Aim of the exercise:
The entries below contain a line with "v -6.125 -10.609 2.9" and a line with "v 3.785 11.65 0". Quote exactly those two lines and all lines between them.

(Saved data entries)
▽

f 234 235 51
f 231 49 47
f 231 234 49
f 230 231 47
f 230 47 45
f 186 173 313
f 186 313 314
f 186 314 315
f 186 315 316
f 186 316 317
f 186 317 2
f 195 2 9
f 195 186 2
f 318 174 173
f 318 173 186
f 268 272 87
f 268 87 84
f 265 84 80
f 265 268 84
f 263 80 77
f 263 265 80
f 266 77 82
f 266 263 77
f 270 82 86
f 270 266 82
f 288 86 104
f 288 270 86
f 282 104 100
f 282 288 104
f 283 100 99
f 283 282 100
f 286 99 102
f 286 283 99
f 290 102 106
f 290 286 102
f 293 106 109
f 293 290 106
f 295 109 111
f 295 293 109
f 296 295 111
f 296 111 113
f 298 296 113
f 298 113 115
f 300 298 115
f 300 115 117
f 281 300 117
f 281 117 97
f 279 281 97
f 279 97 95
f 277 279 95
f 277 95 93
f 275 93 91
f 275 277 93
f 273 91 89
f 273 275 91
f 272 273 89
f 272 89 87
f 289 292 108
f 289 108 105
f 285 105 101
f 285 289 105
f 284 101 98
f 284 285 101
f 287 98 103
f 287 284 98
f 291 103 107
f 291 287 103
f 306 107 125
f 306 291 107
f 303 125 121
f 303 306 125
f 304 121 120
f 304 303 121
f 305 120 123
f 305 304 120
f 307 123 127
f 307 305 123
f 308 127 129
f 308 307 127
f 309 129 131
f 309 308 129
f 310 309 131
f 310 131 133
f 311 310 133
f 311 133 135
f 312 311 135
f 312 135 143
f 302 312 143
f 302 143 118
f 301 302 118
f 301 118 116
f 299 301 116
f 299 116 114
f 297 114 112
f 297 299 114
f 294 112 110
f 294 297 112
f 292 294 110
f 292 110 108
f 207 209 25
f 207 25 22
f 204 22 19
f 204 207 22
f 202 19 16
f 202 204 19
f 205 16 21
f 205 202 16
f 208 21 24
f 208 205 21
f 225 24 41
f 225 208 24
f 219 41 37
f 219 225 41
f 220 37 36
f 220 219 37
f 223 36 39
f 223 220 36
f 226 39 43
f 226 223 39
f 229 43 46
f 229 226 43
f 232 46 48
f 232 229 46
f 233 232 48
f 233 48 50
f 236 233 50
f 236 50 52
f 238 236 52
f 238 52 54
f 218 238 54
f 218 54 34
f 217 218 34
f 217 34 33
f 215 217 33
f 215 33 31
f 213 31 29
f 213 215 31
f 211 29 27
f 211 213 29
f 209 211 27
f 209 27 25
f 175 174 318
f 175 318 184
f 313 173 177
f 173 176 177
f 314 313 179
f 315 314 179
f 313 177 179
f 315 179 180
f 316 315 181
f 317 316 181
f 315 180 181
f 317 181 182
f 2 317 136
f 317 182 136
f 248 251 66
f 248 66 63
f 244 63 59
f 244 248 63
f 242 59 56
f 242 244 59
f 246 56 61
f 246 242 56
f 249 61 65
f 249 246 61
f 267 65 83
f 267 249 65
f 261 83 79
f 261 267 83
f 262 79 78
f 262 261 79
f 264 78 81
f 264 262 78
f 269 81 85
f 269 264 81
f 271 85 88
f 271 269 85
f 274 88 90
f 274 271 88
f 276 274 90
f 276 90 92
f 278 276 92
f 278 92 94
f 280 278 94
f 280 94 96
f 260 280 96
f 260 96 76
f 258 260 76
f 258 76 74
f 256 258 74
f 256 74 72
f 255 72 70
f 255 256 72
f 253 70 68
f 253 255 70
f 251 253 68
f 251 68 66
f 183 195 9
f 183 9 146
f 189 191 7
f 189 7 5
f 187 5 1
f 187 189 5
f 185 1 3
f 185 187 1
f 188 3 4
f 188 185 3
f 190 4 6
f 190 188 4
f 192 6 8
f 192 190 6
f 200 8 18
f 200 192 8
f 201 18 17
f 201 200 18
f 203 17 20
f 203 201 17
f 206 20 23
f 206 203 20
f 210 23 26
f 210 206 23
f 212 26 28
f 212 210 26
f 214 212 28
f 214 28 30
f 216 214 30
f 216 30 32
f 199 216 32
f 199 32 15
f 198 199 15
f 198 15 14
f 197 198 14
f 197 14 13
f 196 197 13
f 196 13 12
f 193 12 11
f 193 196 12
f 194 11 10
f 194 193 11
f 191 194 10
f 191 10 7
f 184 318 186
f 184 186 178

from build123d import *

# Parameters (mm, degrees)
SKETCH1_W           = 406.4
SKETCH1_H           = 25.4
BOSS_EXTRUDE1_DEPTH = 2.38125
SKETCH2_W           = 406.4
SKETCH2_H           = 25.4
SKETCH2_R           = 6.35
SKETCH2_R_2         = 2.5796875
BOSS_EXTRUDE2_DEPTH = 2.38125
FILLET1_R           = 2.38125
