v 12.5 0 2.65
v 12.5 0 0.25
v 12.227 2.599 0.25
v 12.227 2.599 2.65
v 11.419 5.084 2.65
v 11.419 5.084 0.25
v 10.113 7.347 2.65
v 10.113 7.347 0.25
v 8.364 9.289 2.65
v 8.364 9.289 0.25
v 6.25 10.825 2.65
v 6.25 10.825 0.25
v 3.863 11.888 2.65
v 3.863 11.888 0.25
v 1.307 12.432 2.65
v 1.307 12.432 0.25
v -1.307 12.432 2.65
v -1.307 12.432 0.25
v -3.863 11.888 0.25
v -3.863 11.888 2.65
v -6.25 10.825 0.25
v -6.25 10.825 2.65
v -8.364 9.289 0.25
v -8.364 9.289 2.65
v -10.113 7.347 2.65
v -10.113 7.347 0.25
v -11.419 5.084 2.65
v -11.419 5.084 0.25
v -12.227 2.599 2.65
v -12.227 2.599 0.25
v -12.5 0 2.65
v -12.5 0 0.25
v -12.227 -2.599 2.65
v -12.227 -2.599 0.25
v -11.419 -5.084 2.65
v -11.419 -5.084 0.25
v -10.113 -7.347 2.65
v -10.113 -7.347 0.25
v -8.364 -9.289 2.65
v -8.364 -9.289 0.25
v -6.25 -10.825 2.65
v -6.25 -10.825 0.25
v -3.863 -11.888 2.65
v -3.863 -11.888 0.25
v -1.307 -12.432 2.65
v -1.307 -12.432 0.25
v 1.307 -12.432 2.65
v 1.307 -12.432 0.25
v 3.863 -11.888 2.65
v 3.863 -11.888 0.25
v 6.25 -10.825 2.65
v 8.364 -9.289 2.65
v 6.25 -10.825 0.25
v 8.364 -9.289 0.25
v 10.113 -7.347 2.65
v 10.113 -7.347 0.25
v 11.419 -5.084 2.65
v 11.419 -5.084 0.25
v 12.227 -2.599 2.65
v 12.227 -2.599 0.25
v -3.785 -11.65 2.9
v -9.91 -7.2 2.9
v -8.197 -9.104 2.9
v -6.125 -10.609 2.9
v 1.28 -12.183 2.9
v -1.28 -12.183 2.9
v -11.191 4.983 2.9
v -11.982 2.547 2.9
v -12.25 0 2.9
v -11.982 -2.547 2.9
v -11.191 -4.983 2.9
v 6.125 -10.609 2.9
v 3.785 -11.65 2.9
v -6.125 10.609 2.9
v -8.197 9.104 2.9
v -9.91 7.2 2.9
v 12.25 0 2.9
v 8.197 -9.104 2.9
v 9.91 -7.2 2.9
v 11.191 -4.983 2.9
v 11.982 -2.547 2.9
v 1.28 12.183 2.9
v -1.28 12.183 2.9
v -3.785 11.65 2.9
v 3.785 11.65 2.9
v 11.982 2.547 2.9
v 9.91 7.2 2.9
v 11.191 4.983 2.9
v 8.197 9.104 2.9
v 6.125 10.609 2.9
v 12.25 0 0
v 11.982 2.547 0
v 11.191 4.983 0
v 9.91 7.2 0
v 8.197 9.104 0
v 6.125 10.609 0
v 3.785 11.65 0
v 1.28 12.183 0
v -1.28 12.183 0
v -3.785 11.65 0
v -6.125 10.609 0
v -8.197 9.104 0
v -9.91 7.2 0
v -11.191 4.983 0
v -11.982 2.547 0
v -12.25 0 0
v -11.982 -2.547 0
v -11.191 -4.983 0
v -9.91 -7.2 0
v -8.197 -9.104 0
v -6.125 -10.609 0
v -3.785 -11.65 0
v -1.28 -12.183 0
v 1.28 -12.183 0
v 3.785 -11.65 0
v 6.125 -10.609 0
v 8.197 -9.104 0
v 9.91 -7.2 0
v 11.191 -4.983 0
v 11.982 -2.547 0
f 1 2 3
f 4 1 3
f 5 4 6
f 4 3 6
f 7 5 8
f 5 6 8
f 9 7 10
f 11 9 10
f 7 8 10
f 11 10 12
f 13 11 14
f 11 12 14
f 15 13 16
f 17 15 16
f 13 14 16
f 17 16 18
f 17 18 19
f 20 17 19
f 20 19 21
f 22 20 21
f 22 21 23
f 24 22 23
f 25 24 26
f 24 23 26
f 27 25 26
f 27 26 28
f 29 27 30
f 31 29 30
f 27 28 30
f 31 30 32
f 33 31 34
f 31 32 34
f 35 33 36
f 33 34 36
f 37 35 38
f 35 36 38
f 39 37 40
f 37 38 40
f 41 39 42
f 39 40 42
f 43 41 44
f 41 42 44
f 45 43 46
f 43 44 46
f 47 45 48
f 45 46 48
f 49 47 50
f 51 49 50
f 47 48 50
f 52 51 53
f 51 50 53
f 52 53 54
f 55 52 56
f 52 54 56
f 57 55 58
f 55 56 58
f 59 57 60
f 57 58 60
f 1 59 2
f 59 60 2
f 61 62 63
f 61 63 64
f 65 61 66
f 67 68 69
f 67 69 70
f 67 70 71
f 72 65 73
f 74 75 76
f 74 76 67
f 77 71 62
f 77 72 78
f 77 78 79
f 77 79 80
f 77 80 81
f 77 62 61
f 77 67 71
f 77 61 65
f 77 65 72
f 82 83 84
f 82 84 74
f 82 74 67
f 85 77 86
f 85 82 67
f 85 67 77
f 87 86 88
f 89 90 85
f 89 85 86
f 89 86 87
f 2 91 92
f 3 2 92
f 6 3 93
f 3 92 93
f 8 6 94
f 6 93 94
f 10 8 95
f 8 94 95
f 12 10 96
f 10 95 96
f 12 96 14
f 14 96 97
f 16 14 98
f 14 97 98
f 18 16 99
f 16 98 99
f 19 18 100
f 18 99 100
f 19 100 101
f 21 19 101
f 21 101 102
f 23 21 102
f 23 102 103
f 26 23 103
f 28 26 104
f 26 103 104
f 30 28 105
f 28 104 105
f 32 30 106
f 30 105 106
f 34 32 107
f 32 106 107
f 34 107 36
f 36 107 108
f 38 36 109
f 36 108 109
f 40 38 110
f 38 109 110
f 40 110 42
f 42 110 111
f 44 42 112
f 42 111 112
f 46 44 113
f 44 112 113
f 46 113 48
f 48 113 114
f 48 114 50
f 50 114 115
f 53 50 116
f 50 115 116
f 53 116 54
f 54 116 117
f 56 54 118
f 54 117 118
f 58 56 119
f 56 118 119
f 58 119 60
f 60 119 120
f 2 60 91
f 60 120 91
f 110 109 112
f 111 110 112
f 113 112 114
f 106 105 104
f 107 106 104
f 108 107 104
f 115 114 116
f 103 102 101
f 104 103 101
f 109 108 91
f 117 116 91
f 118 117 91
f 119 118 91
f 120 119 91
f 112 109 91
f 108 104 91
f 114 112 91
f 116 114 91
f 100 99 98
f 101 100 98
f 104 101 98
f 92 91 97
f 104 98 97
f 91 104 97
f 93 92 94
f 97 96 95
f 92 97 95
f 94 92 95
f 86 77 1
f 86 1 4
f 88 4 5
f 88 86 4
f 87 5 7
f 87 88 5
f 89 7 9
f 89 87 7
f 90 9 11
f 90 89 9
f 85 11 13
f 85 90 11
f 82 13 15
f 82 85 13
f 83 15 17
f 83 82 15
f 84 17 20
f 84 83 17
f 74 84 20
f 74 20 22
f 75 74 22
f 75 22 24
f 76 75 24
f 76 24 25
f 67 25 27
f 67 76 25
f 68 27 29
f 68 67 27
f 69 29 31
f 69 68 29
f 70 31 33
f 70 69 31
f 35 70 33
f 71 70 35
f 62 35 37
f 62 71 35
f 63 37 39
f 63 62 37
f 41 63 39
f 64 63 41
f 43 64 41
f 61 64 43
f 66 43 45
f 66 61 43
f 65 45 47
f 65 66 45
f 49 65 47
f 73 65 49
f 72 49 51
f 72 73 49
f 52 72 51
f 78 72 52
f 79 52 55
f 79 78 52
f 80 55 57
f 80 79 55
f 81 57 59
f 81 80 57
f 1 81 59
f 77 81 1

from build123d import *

# Parameters (mm, degrees)
ESQUISSE1_R        = 12.5
BOSS_EXTRU_2_DEPTH = 2.9
CHANFREIN2_SIZE    = 0.25
CHANFREIN3_SIZE    = 0.25


with BuildPart() as part:
    # Esquisse1 → Boss.-Extru.2 (new body)
    with BuildSketch(Plane.XY):
        Circle(ESQUISSE1_R)
    extrude(amount=BOSS_EXTRU_2_DEPTH)

    # Chanfrein2
    chanfrein2_edges = [part.edges().sort_by_distance(p)[0] for p in [
        (-12.5, 0, 2.9),
    ]]
    chamfer(chanfrein2_edges, length=CHANFREIN2_SIZE)

    # Chanfrein3
    chanfrein3_edges = [part.edges().sort_by_distance(p)[0] for p in [
        (-12.5, 0, 0),
    ]]
    chamfer(chanfrein3_edges, length=CHANFREIN3_SIZE)


solid = part.part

△

Written solution:
v -6.125 -10.609 2.9
v 1.28 -12.183 2.9
v -1.28 -12.183 2.9
v -11.191 4.983 2.9
v -11.982 2.547 2.9
v -12.25 0 2.9
v -11.982 -2.547 2.9
v -11.191 -4.983 2.9
v 6.125 -10.609 2.9
v 3.785 -11.65 2.9
v -6.125 10.609 2.9
v -8.197 9.104 2.9
v -9.91 7.2 2.9
v 12.25 0 2.9
v 8.197 -9.104 2.9
v 9.91 -7.2 2.9
v 11.191 -4.983 2.9
v 11.982 -2.547 2.9
v 1.28 12.183 2.9
v -1.28 12.183 2.9
v -3.785 11.65 2.9
v 3.785 11.65 2.9
v 11.982 2.547 2.9
v 9.91 7.2 2.9
v 11.191 4.983 2.9
v 8.197 9.104 2.9
v 6.125 10.609 2.9
v 12.25 0 0
v 11.982 2.547 0
v 11.191 4.983 0
v 9.91 7.2 0
v 8.197 9.104 0
v 6.125 10.609 0
v 3.785 11.65 0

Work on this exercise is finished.